- Born: 1836 Upper Canada
- Died: 1861 (aged 24–25)
- Known for: Antislavery and education activism
- Parent(s): Patience and Austin Steward

= Barbara Ann Steward =

Canadian teacher & lecturer (1836–1861)

Barbara Ann Steward (sometimes spelled "Stewart") (1836 – 1861) was a teacher, lecturer, abolitionist and advocate for industrial education African-Americans. She was the daughter of abolitionist Austin Steward.

== Early life ==
Barbara Ann Steward was born in 1836 in Upper Canada, presently known as Ontario, to parents Patience and Austin Steward. A year after her birth, her family moved to Rochester, New York, and then to Canandaigua in western New York around 1842, where she lived for most of her life. Growing up, she was well-educated, as her father "spared no pains nor money to educate and qualify [her] for teaching". She studied to become a science teacher and afterwards assisted her father in running a school for colored children.

== Career and advocacy ==
At age seventeen, Steward acted as secretary and delivered an address at the 1853 Geneva, New York Colored Convention. Her father, an ex-slave and well-known abolitionist in his own right, served as president of the convention. That same year, Steward was chosen to represent Ontario's black citizen population at the black national convention in Rochester.

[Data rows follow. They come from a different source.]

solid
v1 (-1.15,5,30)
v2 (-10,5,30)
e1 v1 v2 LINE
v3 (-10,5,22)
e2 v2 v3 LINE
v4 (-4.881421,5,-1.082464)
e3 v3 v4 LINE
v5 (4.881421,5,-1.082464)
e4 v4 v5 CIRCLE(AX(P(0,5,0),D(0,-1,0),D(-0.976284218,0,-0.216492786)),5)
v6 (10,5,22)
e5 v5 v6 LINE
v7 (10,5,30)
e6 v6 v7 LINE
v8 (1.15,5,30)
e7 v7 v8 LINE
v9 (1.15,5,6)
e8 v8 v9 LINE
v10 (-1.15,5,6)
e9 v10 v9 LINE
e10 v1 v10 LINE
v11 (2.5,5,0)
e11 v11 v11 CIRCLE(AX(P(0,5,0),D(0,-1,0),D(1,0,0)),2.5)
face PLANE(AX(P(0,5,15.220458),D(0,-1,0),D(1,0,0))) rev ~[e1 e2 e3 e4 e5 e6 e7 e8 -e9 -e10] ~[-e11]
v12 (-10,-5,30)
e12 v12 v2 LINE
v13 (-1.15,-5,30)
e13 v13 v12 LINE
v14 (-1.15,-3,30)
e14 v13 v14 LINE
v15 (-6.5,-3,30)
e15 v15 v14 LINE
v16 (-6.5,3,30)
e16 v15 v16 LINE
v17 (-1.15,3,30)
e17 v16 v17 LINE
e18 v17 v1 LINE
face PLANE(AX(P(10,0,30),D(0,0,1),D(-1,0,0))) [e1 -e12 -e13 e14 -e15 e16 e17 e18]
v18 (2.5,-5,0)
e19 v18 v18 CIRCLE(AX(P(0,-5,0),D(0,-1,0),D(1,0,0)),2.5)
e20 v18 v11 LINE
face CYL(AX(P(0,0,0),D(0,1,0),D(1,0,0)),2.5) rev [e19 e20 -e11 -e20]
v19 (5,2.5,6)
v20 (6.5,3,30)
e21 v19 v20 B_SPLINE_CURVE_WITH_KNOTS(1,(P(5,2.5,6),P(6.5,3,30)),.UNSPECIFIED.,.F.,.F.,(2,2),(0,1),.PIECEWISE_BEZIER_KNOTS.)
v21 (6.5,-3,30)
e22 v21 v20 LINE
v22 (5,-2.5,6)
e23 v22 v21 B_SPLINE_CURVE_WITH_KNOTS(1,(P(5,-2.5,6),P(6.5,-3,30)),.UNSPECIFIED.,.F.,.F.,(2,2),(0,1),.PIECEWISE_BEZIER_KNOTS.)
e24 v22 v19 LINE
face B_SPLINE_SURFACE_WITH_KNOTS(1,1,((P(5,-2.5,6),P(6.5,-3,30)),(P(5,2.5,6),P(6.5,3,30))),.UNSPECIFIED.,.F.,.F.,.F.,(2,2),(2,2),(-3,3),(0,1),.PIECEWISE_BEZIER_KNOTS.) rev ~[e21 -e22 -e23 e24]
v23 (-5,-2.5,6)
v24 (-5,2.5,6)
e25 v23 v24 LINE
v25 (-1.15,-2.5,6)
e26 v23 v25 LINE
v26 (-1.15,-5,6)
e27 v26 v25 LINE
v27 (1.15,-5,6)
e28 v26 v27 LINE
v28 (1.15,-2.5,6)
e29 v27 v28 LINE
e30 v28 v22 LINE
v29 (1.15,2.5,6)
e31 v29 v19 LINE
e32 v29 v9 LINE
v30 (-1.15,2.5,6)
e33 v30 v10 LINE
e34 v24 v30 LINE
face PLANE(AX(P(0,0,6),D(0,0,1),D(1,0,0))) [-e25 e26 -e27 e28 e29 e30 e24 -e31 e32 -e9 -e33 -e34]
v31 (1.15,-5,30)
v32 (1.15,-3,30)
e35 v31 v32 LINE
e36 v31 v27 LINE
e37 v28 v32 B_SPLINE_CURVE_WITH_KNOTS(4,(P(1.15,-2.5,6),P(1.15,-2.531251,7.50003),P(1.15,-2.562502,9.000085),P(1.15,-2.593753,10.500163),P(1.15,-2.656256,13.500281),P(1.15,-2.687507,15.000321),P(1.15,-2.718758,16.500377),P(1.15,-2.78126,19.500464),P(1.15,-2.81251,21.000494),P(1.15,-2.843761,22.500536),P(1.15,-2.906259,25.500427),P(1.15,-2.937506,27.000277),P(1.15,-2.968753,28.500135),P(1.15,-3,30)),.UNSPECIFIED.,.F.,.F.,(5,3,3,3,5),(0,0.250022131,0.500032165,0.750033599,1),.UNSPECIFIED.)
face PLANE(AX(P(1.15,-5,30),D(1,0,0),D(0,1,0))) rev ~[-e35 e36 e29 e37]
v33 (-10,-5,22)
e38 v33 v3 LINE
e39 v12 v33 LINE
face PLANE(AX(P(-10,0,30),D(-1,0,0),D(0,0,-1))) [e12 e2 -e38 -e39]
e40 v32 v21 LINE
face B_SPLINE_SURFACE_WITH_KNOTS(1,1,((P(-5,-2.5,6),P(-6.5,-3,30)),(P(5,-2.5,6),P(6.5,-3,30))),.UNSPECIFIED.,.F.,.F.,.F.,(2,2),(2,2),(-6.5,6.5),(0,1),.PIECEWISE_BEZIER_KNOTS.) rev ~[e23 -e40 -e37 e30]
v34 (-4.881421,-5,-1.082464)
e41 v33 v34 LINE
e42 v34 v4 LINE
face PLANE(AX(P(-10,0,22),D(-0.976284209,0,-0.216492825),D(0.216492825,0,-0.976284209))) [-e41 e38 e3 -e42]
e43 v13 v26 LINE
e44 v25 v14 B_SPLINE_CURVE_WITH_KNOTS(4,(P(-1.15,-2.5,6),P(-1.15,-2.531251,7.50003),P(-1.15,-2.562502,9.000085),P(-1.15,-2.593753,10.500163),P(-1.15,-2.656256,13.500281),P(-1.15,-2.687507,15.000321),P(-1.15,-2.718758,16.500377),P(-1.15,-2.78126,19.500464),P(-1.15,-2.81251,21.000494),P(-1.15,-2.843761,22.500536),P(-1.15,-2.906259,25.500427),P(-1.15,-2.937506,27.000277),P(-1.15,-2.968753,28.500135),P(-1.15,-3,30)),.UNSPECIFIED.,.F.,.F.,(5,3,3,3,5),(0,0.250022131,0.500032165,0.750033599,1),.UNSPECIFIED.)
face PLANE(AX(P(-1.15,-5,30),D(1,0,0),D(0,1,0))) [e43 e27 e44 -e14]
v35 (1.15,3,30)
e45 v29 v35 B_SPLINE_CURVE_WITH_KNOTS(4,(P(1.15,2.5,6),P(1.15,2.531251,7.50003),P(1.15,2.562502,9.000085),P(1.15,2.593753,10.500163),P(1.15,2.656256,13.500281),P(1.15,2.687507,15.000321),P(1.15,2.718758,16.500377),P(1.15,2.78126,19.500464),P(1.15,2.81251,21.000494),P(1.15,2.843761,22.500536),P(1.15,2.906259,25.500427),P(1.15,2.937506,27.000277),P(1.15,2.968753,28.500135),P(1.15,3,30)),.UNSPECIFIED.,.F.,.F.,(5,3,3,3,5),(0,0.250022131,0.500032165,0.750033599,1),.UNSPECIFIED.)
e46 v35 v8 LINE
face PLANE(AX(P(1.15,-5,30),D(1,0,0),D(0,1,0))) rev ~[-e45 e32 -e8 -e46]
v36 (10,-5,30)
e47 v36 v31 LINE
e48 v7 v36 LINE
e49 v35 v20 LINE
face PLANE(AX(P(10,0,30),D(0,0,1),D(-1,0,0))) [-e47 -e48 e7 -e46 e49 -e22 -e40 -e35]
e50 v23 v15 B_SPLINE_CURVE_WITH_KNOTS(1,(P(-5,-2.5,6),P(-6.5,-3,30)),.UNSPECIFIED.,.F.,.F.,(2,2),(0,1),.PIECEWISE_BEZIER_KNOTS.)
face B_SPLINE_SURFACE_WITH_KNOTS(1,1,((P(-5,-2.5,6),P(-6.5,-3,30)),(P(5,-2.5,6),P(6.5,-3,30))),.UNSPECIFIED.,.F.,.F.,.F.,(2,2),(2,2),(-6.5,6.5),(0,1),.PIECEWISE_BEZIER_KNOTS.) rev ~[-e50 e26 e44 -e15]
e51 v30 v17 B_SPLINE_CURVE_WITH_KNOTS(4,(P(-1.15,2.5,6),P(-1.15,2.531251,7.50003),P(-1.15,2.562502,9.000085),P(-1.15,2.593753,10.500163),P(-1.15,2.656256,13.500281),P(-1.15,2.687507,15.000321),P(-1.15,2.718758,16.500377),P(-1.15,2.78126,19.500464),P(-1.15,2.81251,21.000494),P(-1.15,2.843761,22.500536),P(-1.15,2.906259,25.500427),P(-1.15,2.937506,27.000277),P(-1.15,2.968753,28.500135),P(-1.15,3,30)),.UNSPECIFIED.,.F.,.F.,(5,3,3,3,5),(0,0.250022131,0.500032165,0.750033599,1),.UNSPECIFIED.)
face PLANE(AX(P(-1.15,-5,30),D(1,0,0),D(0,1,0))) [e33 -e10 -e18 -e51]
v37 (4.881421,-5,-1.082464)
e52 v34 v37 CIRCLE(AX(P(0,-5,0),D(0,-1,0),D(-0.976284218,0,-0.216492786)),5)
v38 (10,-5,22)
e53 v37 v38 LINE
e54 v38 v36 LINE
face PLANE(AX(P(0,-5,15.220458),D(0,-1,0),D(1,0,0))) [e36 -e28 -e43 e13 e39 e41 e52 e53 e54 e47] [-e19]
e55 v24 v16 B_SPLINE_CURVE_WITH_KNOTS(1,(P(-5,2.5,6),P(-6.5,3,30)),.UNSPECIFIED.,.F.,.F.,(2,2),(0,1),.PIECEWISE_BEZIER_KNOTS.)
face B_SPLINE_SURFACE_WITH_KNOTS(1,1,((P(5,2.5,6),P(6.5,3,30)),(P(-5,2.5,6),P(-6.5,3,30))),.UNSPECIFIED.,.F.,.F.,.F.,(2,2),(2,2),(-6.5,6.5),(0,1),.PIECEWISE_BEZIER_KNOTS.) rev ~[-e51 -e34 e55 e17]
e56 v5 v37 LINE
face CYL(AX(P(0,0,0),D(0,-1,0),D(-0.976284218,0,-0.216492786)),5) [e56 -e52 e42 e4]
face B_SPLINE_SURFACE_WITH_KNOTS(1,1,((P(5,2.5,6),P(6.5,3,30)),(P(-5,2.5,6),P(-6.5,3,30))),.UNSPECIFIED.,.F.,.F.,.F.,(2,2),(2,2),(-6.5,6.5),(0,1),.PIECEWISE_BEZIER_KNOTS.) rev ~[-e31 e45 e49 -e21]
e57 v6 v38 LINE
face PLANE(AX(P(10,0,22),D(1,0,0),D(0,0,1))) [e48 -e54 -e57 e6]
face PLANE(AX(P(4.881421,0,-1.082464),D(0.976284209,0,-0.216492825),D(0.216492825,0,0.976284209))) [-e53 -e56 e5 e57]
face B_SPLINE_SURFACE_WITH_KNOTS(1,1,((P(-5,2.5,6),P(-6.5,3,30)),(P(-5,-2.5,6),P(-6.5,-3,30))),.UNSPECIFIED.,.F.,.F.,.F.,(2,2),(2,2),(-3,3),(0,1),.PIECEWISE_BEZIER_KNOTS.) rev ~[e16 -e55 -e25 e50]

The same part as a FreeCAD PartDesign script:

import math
import FreeCAD as App
import Part
import Sketcher

V = App.Vector

doc = App.newDocument("Part")
body = doc.addObject("PartDesign::Body", "Body")

sketch1 = doc.addObject("Sketcher::SketchObject", "Sketch")
body.addObject(sketch1)
sketch1.AttachmentSupport = (doc.XZ_Plane, [""])
sketch1.MapMode = "FlatFace"
sketch1.addGeometry(Part.ArcOfCircle(Part.Circle(V(0, 0, 0), V(0, 0, 1), 5), math.radians(-167.496879), math.radians(-12.503121)), False)
sketch1.addGeometry(Part.LineSegment(V(4.881421, -1.082464, 0), V(10, 22, 0)), False)
sketch1.addGeometry(Part.LineSegment(V(10, 22, 0), V(10, 30, 0)), False)
sketch1.addGeometry(Part.LineSegment(V(10, 30, 0), V(-10, 30, 0)), False)
sketch1.addGeometry(Part.LineSegment(V(-10, 30, 0), V(-10, 22, 0)), False)
sketch1.addGeometry(Part.LineSegment(V(-10, 22, 0), V(-4.881421, -1.082464, 0)), False)
sketch1.addGeometry(Part.Circle(V(0, 0, 0), V(0, 0, 1), 2.5), False)
sketch1.addConstraint(Sketcher.Constraint("Tangent", 0, 2, 1, 1))
sketch1.addConstraint(Sketcher.Constraint("Coincident", 1, 2, 2, 1))
sketch1.addConstraint(Sketcher.Constraint("Coincident", 2, 2, 3, 1))
sketch1.addConstraint(Sketcher.Constraint("Coincident", 3, 2, 4, 1))
sketch1.addConstraint(Sketcher.Constraint("Coincident", 4, 2, 5, 1))
sketch1.addConstraint(Sketcher.Constraint("Tangent", 5, 2, 0, 1))
sketch1.addConstraint(Sketcher.Constraint("Vertical", 2))
sketch1.addConstraint(Sketcher.Constraint("Horizontal", 3))
sketch1.addConstraint(Sketcher.Constraint("Vertical", 4))
sketch1.addConstraint(Sketcher.Constraint("Coincident", 0, 3, -1, 1))
sketch1.addConstraint(Sketcher.Constraint("Coincident", 6, 3, -1, 1))
sketch1.addConstraint(Sketcher.Constraint("Symmetric", 1, 2, 4, 2, -2))
sketch1.addConstraint(Sketcher.Constraint("Diameter", 6, 5.0))
sketch1.addConstraint(Sketcher.Constraint("Radius", 0, 5.0))
sketch1.addConstraint(Sketcher.Constraint("DistanceX", 3, 2, 3, 1, 20.0))
sketch1.addConstraint(Sketcher.Constraint("DistanceY", 2, 1, 2, 2, 8.0))
sketch1.addConstraint(Sketcher.Constraint("DistanceY", -1, 1, 1, 2, 22.0))
pad1 = doc.addObject("PartDesign::Pad", "Pad")
body.addObject(pad1)
pad1.Profile = sketch1
pad1.Length = 10
pad1.Midplane = True

sketch2 = doc.addObject("Sketcher::SketchObject", "Sketch001")
body.addObject(sketch2)
sketch2.AttachmentSupport = (doc.XY_Plane, [""])
sketch2.MapMode = "FlatFace"
sketch2.AttachmentOffset = App.Placement(V(0, 0, 30), App.Rotation())
sketch2.addGeometry(Part.LineSegment(V(-1.15, 5, 0), V(-1.15, -5, 0)), False)
sketch2.addGeometry(Part.LineSegment(V(-1.15, -5, 0), V(1.15, -5, 0)), False)
sketch2.addGeometry(Part.LineSegment(V(1.15, -5, 0), V(1.15, 5, 0)), False)
sketch2.addGeometry(Part.LineSegment(V(1.15, 5, 0), V(-1.15, 5, 0)), False)
sketch2.addConstraint(Sketcher.Constraint("Coincident", 0, 2, 1, 1))
sketch2.addConstraint(Sketcher.Constraint("Coincident", 1, 2, 2, 1))
sketch2.addConstraint(Sketcher.Constraint("Coincident", 2, 2, 3, 1))
sketch2.addConstraint(Sketcher.Constraint("Coincident", 3, 2, 0, 1))
sketch2.addConstraint(Sketcher.Constraint("Vertical", 0))
sketch2.addConstraint(Sketcher.Constraint("Horizontal", 1))
sketch2.addConstraint(Sketcher.Constraint("Vertical", 2))
sketch2.addConstraint(Sketcher.Constraint("Horizontal", 3))
sketch2.addConstraint(Sketcher.Constraint("Symmetric", 0, 2, 2, 2, -1, 1))
sketch2.addConstraint(Sketcher.Constraint("DistanceY", 0, 2, 0, 1, 10.0))
sketch2.addConstraint(Sketcher.Constraint("DistanceX", 1, 1, 1, 2, 2.3))
pocket1 = doc.addObject("PartDesign::Pocket", "Pocket")
body.addObject(pocket1)
pocket1.Profile = sketch2
pocket1.Length = 24

sketch3 = doc.addObject("Sketcher::SketchObject", "Sketch002")
body.addObject(sketch3)
sketch3.AttachmentSupport = (doc.XY_Plane, [""])
sketch3.MapMode = "FlatFace"
sketch3.AttachmentOffset = App.Placement(V(0, 0, 6), App.Rotation())
sketch3.addGeometry(Part.LineSegment(V(-5, 2.5, 0), V(-5, -2.5, 0)), False)
sketch3.addGeometry(Part.LineSegment(V(-5, -2.5, 0), V(5, -2.5, 0)), False)
sketch3.addGeometry(Part.LineSegment(V(5, -2.5, 0), V(5, 2.5, 0)), False)
sketch3.addGeometry(Part.LineSegment(V(5, 2.5, 0), V(-5, 2.5, 0)), False)
sketch3.addConstraint(Sketcher.Constraint("Coincident", 0, 2, 1, 1))
sketch3.addConstraint(Sketcher.Constraint("Coincident", 1, 2, 2, 1))
sketch3.addConstraint(Sketcher.Constraint("Coincident", 2, 2, 3, 1))
sketch3.addConstraint(Sketcher.Constraint("Coincident", 3, 2, 0, 1))
sketch3.addConstraint(Sketcher.Constraint("Vertical", 0))
sketch3.addConstraint(Sketcher.Constraint("Horizontal", 1))
sketch3.addConstraint(Sketcher.Constraint("Vertical", 2))
sketch3.addConstraint(Sketcher.Constraint("Horizontal", 3))
sketch3.addConstraint(Sketcher.Constraint("Symmetric", 0, 2, 2, 2, -1, 1))
sketch3.addConstraint(Sketcher.Constraint("DistanceX", 1, 1, 1, 2, 10.0))
sketch3.addConstraint(Sketcher.Constraint("DistanceY", 0, 2, 0, 1, 5.0))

In 1855, Steward wrote a letter to Frederick Douglass entitled "The Industrial School", which was later published in his newspaper. In this letter, she expressed her surprise that so many black men opposed the establishment of industrial schools for colored people, and she argued that industrial schools would be beneficial to her race by elevating the employment prospects of black youth and keeping black men out of the "saloon". She also specified that she did not believe in education for education's sake, but rather that which has a practical application. Drawing from personal experience, she said: "But a mere knowledge of books, without a trade of some kind, is useless.... I have spent all my life in educating my head, and the brightest prospect I have today for the future, and the most advantageous offer I have ever had, is to sail for Monrovia on the coast of Africa, in October next". In other words, because she had no method of using it, Steward did not feel that her own education had helped her in life.

In September 1855, with the support of male colleagues such as Jermain Wesley Loguen and Frederick Douglass, Steward attempted to join the Convention of the Colored People of the State of New York held in Troy. However, she was turned away as a woman. Later that same month, Steward addressed the Meeting of Colored Citizens in Rochester on the "rights and wrongs of her suffering people". Afterwards, she was highly praised by Frederick Douglass' paper for her "zeal, devotedness, high character, and ability" in speaking out in the name of enslaved women who could not advocate for themselves. She went on to complete a lecture circuit in upstate New York and continued to tour New England around this time.

On August 3, 1857, Steward read the Act of Emancipation at the Great State Celebration of New York held to commemorate America's freedom from Britain.

== Death ==
Steward died of typhoid fever in 1861.